### TASK ITEM
Starting with the line that contains "#193=ORIENTED_EDGE('',*,*,#192,.F.);" and stopping after the line that contains "#214=ORIENTED_EDGE('',*,*,#112,.T.);", copy the entries below exactly. Include nothing else.
/---
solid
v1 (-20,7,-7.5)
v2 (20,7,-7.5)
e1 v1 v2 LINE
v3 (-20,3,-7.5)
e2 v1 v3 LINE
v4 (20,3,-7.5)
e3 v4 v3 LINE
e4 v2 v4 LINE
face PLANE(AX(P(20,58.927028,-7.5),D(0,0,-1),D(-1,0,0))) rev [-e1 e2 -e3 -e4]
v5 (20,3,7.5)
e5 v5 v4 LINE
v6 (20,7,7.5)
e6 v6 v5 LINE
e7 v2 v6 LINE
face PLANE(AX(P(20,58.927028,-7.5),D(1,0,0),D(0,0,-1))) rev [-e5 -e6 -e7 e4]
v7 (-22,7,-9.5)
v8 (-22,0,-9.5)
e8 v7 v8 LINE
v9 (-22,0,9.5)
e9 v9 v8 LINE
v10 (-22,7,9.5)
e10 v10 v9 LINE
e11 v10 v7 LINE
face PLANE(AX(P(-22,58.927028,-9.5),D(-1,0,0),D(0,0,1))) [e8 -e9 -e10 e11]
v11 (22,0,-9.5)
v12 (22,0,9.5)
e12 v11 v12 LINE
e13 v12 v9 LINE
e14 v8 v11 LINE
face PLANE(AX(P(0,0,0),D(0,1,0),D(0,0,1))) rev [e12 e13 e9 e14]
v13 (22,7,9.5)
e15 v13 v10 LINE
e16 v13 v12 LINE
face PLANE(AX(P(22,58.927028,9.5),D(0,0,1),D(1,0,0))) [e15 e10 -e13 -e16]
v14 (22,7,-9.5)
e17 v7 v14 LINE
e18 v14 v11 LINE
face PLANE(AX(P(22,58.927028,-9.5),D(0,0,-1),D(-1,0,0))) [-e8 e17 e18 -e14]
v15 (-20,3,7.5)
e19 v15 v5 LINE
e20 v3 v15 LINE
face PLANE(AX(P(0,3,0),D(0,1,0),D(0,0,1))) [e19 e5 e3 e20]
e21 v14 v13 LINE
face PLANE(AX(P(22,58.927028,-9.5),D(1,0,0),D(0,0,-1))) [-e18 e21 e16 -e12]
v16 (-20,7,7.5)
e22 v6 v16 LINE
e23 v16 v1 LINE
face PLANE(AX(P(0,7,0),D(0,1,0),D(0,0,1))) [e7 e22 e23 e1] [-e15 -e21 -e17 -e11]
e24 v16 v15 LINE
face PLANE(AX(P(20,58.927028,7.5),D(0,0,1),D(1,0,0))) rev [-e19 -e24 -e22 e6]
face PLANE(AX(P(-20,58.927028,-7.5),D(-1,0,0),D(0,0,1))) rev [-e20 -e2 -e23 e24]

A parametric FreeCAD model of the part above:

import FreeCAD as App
import Part
import Sketcher
from FreeCAD import Vector
Q = App.Units.Quantity


def add_polygon(sketch, points):
    """Adds a closed chain of lines whose ends are joined by coincident constraints."""
    first, n = sketch.GeometryCount, len(points)
    for a, b in zip(points, points[1:] + points[:1]):
        sketch.addGeometry(Part.LineSegment(App.Vector(*a, 0), App.Vector(*b, 0)), False)
    for i in range(n):
        sketch.addConstraint(Sketcher.Constraint("Coincident", first + i, 2, first + (i + 1) % n, 1))

doc = App.newDocument("Part")
body = doc.addObject("PartDesign::Body", "Body")

sketch1 = body.newObject("Sketcher::SketchObject", "Sketch")
sketch1.AttachmentSupport = (doc.getObject("XZ_Plane"), [""])
sketch1.MapMode = "FlatFace"
add_polygon(sketch1, [(-20, -8), (-20, 8), (20, 8), (20, -8)])
sketch1.addConstraint([
    Sketcher.Constraint("Vertical", 0),
    Sketcher.Constraint("Horizontal", 1),
    Sketcher.Constraint("Vertical", 2),
    Sketcher.Constraint("Horizontal", 3),
    Sketcher.Constraint("Symmetric", 0, 2, 2, 2, -1, 1),
    Sketcher.Constraint("DistanceX", 1, 1, 1, 2, Q("40 mm")),
    Sketcher.Constraint("DistanceY", 0, 1, 0, 2, Q("15 mm")),
])
pad1 = body.newObject("PartDesign::Pad", "Pad")
pad1.Profile = sketch1
pad1.Length = 3
pad1.Reversed = True

sketch2 = body.newObject("Sketcher::SketchObject", "Sketch001")
sketch2.AttachmentSupport = (doc.getObject("XZ_Plane"), [""])
sketch2.MapMode = "FlatFace"
add_polygon(sketch2, [(-22, 10), (-22, -10), (22, -10), (22, 10)])
add_polygon(sketch2, [(20, -8), (-20, -8), (-20, 8), (20, 8)])
sketch2.addConstraint([
    Sketcher.Constraint("Vertical", 0),
    Sketcher.Constraint("Horizontal", 1),
    Sketcher.Constraint("Vertical", 2),
    Sketcher.Constraint("Horizontal", 3),
    Sketcher.Constraint("Horizontal", 4),
    Sketcher.Constraint("Vertical", 5),
    Sketcher.Constraint("Horizontal", 6),
    Sketcher.Constraint("Vertical", 7),
    Sketcher.Constraint("Symmetric", 0, 2, 2, 2, -1, 1),
    Sketcher.Constraint("Symmetric", 4, 2, 6, 2, -1, 1),
    Sketcher.Constraint("DistanceX", 1, 1, 1, 2, Q("44 mm")),
    Sketcher.Constraint("DistanceX", 4, 2, 4, 1, Q("40 mm")),
    Sketcher.Constraint("DistanceY", 0, 2, 0, 1, Q("19 mm")),
    Sketcher.Constraint("DistanceY", 5, 1, 5, 2, Q("15 mm")),
])
pad2 = body.newObject("PartDesign::Pad", "Pad001")
pad2.Profile = sketch2
pad2.Length = 7
pad2.Reversed = True

doc.recompute()
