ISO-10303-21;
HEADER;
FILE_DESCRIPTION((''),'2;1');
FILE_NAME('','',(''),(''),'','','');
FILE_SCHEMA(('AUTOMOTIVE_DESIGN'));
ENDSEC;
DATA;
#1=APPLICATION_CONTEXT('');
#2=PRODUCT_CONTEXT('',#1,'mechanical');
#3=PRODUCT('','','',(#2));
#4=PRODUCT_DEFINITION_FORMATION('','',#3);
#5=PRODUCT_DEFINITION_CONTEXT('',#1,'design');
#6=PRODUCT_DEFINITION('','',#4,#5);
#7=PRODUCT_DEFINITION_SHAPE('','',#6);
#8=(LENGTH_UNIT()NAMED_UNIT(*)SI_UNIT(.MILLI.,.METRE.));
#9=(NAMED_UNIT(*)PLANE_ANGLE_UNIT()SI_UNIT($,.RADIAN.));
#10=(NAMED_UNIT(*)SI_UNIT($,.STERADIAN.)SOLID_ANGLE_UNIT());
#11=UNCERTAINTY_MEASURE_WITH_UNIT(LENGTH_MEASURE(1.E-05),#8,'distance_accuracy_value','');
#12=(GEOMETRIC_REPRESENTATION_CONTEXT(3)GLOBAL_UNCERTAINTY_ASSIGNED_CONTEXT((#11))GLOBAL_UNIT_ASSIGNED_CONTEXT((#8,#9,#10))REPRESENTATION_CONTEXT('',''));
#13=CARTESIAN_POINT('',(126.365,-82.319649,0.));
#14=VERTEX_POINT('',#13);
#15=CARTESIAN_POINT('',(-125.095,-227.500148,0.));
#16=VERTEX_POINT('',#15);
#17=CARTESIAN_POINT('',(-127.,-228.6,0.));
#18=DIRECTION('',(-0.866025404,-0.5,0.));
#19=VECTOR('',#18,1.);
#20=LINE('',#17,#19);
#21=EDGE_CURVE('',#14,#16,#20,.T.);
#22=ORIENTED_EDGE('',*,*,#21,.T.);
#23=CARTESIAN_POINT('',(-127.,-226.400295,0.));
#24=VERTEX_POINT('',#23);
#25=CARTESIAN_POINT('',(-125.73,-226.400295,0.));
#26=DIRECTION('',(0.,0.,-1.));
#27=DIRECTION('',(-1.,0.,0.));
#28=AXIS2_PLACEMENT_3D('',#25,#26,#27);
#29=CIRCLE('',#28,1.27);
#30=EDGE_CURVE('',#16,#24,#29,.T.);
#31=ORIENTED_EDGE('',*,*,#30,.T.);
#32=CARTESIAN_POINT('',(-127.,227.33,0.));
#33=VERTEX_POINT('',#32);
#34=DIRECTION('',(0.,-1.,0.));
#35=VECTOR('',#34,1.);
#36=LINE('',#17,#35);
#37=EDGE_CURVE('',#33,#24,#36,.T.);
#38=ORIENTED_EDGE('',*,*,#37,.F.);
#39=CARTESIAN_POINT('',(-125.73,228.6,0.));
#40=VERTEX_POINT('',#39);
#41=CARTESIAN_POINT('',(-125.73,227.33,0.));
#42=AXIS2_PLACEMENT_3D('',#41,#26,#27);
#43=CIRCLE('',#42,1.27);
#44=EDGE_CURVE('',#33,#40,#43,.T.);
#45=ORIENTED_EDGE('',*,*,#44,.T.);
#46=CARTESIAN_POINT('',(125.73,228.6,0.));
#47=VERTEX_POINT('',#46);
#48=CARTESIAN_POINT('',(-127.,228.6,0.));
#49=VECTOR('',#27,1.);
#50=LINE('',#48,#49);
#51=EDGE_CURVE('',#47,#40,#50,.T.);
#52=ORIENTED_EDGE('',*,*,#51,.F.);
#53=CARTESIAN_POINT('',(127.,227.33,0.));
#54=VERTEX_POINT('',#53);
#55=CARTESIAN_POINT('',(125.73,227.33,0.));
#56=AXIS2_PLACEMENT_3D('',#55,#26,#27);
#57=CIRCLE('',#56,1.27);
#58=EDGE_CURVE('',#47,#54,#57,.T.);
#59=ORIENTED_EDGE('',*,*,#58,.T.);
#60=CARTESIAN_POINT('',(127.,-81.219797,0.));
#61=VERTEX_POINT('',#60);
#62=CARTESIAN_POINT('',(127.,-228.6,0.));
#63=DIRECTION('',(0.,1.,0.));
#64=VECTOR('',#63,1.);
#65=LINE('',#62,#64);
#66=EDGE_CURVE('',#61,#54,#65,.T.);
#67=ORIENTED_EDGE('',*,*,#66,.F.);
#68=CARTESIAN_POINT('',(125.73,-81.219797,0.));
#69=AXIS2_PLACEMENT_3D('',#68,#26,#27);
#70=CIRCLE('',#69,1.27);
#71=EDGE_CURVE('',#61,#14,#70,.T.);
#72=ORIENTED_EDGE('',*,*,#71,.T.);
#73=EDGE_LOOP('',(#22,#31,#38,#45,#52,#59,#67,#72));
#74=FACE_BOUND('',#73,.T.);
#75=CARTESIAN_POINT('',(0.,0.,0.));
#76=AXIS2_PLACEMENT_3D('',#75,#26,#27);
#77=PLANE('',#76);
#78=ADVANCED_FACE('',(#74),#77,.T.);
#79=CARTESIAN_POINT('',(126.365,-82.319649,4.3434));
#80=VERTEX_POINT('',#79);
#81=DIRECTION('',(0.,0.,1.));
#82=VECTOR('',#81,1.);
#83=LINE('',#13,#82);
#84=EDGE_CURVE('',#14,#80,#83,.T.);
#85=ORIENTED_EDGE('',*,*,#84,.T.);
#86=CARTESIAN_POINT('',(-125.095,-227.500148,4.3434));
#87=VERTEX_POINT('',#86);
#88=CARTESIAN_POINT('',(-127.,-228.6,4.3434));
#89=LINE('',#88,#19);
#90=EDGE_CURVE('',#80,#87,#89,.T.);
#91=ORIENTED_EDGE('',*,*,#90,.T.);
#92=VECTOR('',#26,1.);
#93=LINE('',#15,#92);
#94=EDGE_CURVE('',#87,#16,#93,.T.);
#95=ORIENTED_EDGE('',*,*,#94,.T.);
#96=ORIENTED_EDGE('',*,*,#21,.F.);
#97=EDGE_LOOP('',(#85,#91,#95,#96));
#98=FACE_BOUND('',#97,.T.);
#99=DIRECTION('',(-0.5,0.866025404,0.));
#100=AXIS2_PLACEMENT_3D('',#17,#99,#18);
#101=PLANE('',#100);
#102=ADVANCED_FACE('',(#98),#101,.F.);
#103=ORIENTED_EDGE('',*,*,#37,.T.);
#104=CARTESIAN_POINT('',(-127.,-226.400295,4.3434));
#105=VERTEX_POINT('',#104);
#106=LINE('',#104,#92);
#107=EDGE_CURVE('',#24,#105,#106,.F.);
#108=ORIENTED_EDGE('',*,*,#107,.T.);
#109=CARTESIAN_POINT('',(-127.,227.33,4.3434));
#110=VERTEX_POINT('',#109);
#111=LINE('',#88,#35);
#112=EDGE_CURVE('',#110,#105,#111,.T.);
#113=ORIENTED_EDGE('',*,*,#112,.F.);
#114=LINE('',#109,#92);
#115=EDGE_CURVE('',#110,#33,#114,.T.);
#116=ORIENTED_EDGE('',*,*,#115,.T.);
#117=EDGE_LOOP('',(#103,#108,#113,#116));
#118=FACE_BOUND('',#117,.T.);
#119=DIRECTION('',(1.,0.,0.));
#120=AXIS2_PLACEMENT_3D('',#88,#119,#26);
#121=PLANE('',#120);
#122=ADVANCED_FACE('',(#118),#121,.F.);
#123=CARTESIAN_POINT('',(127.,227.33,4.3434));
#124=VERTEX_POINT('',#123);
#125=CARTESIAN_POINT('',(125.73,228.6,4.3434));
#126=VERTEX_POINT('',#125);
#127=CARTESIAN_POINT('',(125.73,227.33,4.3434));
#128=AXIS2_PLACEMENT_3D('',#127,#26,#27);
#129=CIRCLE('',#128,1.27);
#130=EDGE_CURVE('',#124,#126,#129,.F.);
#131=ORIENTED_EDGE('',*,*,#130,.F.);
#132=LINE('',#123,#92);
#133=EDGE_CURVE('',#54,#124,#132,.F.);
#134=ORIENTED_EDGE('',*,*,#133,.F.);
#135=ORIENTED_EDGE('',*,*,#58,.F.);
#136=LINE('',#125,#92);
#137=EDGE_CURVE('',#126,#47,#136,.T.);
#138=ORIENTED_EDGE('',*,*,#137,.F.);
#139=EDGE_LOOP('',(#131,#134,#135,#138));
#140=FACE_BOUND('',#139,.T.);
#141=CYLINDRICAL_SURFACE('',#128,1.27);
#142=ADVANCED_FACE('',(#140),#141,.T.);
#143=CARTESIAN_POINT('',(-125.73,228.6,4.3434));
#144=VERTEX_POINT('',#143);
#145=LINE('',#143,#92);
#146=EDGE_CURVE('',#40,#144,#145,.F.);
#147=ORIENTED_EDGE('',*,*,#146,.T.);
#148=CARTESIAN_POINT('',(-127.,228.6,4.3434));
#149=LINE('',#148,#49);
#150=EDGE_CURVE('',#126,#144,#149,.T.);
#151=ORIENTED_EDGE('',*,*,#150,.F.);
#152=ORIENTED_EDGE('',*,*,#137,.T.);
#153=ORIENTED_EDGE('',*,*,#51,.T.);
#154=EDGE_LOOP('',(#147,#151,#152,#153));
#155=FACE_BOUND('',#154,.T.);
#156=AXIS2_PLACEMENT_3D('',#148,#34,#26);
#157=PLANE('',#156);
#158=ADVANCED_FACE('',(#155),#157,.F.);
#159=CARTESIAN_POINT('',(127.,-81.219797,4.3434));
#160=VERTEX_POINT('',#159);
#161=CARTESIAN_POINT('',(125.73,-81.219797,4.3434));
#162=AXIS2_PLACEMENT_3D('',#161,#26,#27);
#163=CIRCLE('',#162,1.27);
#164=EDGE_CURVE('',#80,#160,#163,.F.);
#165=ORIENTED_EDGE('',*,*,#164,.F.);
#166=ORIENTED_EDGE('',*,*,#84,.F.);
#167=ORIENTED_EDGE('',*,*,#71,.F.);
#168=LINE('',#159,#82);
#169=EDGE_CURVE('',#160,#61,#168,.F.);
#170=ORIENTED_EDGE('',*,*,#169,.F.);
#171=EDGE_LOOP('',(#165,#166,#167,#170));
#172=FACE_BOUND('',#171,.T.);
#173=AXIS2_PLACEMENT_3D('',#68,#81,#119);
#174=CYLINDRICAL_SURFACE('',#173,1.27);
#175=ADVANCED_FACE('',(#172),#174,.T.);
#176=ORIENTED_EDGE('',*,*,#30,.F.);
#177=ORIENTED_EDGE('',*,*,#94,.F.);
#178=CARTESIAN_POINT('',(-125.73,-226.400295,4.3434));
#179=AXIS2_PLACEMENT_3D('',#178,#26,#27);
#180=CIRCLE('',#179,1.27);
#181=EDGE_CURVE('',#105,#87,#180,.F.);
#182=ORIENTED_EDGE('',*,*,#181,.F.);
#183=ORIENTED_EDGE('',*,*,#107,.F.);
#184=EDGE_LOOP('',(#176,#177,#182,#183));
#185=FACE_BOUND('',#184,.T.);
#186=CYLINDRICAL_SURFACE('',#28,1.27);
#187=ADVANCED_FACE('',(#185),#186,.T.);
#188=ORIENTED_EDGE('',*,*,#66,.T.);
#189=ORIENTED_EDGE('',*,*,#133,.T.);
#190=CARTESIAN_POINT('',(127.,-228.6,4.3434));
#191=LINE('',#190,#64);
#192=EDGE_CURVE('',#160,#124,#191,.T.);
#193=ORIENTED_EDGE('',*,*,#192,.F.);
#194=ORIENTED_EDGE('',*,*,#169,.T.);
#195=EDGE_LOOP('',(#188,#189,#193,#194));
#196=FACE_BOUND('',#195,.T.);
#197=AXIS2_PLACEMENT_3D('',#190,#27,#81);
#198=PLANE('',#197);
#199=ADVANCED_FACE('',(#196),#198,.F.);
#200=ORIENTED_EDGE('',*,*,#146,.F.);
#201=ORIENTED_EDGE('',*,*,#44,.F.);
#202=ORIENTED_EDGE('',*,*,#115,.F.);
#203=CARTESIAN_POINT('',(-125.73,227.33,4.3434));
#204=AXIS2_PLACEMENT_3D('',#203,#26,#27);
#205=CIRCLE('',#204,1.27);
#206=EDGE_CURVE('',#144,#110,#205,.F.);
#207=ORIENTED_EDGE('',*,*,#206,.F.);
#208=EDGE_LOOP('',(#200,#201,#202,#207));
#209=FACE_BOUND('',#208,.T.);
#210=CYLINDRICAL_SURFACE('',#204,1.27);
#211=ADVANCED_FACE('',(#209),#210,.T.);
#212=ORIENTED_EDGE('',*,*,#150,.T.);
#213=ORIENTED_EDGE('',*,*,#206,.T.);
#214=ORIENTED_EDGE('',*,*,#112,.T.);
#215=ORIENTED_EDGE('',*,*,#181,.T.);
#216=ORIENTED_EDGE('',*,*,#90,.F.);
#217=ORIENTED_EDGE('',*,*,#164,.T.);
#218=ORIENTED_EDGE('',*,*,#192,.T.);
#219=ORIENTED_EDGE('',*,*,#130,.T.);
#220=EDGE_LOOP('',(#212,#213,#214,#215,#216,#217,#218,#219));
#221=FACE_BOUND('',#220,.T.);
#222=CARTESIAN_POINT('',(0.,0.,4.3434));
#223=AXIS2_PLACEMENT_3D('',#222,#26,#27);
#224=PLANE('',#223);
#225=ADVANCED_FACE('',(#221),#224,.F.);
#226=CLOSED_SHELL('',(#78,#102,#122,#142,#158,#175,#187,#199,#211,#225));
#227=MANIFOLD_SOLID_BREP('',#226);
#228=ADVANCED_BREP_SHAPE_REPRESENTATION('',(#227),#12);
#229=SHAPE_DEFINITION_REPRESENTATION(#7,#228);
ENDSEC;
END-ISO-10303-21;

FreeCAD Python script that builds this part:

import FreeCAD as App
import Part
import Sketcher
Q = App.Units.Quantity


def edges_at(feature, points):
    """Names of the edges that pass closest to the given points."""
    edges = feature.Shape.Edges
    near = lambda p: min(range(len(edges)), key=lambda i: edges[i].distToShape(Part.Vertex(*p))[0])
    return sorted({f"Edge{near(p) + 1}" for p in points})

doc = App.newDocument("Part")
params = doc.addObject("Spreadsheet::Sheet", "Params")
for row, (alias, value) in enumerate([
    ("sketch1_width", "10 in"),
    ("sketch1_height", "18 in"),
    ("pad1_length", "0.171 in"),
    ("sketch2_width", "10 in"),
    ("fillet_radius", "0.05 in"),
], start=1):
    params.set(f"A{row}", alias)
    params.set(f"B{row}", "=" + value)
    params.setAlias(f"B{row}", alias)

body = doc.addObject("PartDesign::Body", "Body")

sketch1 = body.newObject("Sketcher::SketchObject", "Sketch")
sketch1.AttachmentSupport = (doc.getObject("XY_Plane"), [""])
sketch1.MapMode = "FlatFace"
sketch1.addGeometry([
    Part.LineSegment(App.Vector(-127, 229, 0), App.Vector(-127, -229, 0)),
    Part.LineSegment(App.Vector(-127, -229, 0), App.Vector(127, -229, 0)),
    Part.LineSegment(App.Vector(127, -229, 0), App.Vector(127, 229, 0)),
    Part.LineSegment(App.Vector(127, 229, 0), App.Vector(-127, 229, 0)),
], False)
sketch1.addConstraint([
    Sketcher.Constraint("Coincident", 0, 2, 1, 1),
    Sketcher.Constraint("Coincident", 1, 2, 2, 1),
    Sketcher.Constraint("Coincident", 2, 2, 3, 1),
    Sketcher.Constraint("Coincident", 3, 2, 0, 1),
    Sketcher.Constraint("Vertical", 0),
    Sketcher.Constraint("Horizontal", 1),
    Sketcher.Constraint("Vertical", 2),
    Sketcher.Constraint("Horizontal", 3),
    Sketcher.Constraint("Symmetric", 0, 2, 2, 2, -1, 1),
    Sketcher.Constraint("DistanceX", 1, 1, 1, 2, Q("10 in")),
    Sketcher.Constraint("DistanceY", 0, 2, 0, 1, Q("18 in")),
])
sketch1.setExpression("Constraints[9]", "Params.sketch1_width")
sketch1.setExpression("Constraints[10]", "Params.sketch1_height")
pad1 = body.newObject("PartDesign::Pad", "Pad")
pad1.Profile = sketch1
pad1.setExpression("Length", "Params.pad1_length")

sketch2 = body.newObject("Sketcher::SketchObject", "Sketch001")
sketch2.AttachmentSupport = (doc.getObject("XY_Plane"), [""])
sketch2.MapMode = "FlatFace"
sketch2.AttachmentOffset = App.Placement(App.Vector(0, 0, 0.171 * 25.4), App.Rotation())
sketch2.addGeometry([
    Part.LineSegment(App.Vector(127, -82, 0), App.Vector(-127, -229, 0)),
    Part.LineSegment(App.Vector(-127, -229, 0), App.Vector(127, -229, 0)),
    Part.LineSegment(App.Vector(127, -229, 0), App.Vector(127, -82, 0)),
], False)
sketch2.addConstraint([
    Sketcher.Constraint("Coincident", 0, 2, 1, 1),
    Sketcher.Constraint("Coincident", 1, 2, 2, 1),
    Sketcher.Constraint("Coincident", 2, 2, 0, 1),
    Sketcher.Constraint("Horizontal", 1),
    Sketcher.Constraint("Vertical", 2),
    Sketcher.Constraint("DistanceX", 1, 1, 1, 2, Q("10 in")),
    Sketcher.Constraint("DistanceX", 0, 2, -1, 1, Q("5 in")),
    Sketcher.Constraint("DistanceY", 0, 2, -1, 1, Q("9 in")),
    Sketcher.Constraint("Angle", 0, Q("-150 deg")),
])
sketch2.setExpression("Constraints[5]", "Params.sketch2_width")
pocket1 = body.newObject("PartDesign::Pocket", "Pocket")
pocket1.Profile = sketch2
pocket1.Type = "ThroughAll"
doc.recompute()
\---
### TASK RESULT
#193=ORIENTED_EDGE('',*,*,#192,.F.);
#194=ORIENTED_EDGE('',*,*,#169,.T.);
#195=EDGE_LOOP('',(#188,#189,#193,#194));
#196=FACE_BOUND('',#195,.T.);
#197=AXIS2_PLACEMENT_3D('',#190,#27,#81);
#198=PLANE('',#197);
#199=ADVANCED_FACE('',(#196),#198,.F.);
#200=ORIENTED_EDGE('',*,*,#146,.F.);
#201=ORIENTED_EDGE('',*,*,#44,.F.);
#202=ORIENTED_EDGE('',*,*,#115,.F.);
#203=CARTESIAN_POINT('',(-125.73,227.33,4.3434));
#204=AXIS2_PLACEMENT_3D('',#203,#26,#27);
#205=CIRCLE('',#204,1.27);
#206=EDGE_CURVE('',#144,#110,#205,.F.);
#207=ORIENTED_EDGE('',*,*,#206,.F.);
#208=EDGE_LOOP('',(#200,#201,#202,#207));
#209=FACE_BOUND('',#208,.T.);
#210=CYLINDRICAL_SURFACE('',#204,1.27);
#211=ADVANCED_FACE('',(#209),#210,.T.);
#212=ORIENTED_EDGE('',*,*,#150,.T.);
#213=ORIENTED_EDGE('',*,*,#206,.T.);
#214=ORIENTED_EDGE('',*,*,#112,.T.);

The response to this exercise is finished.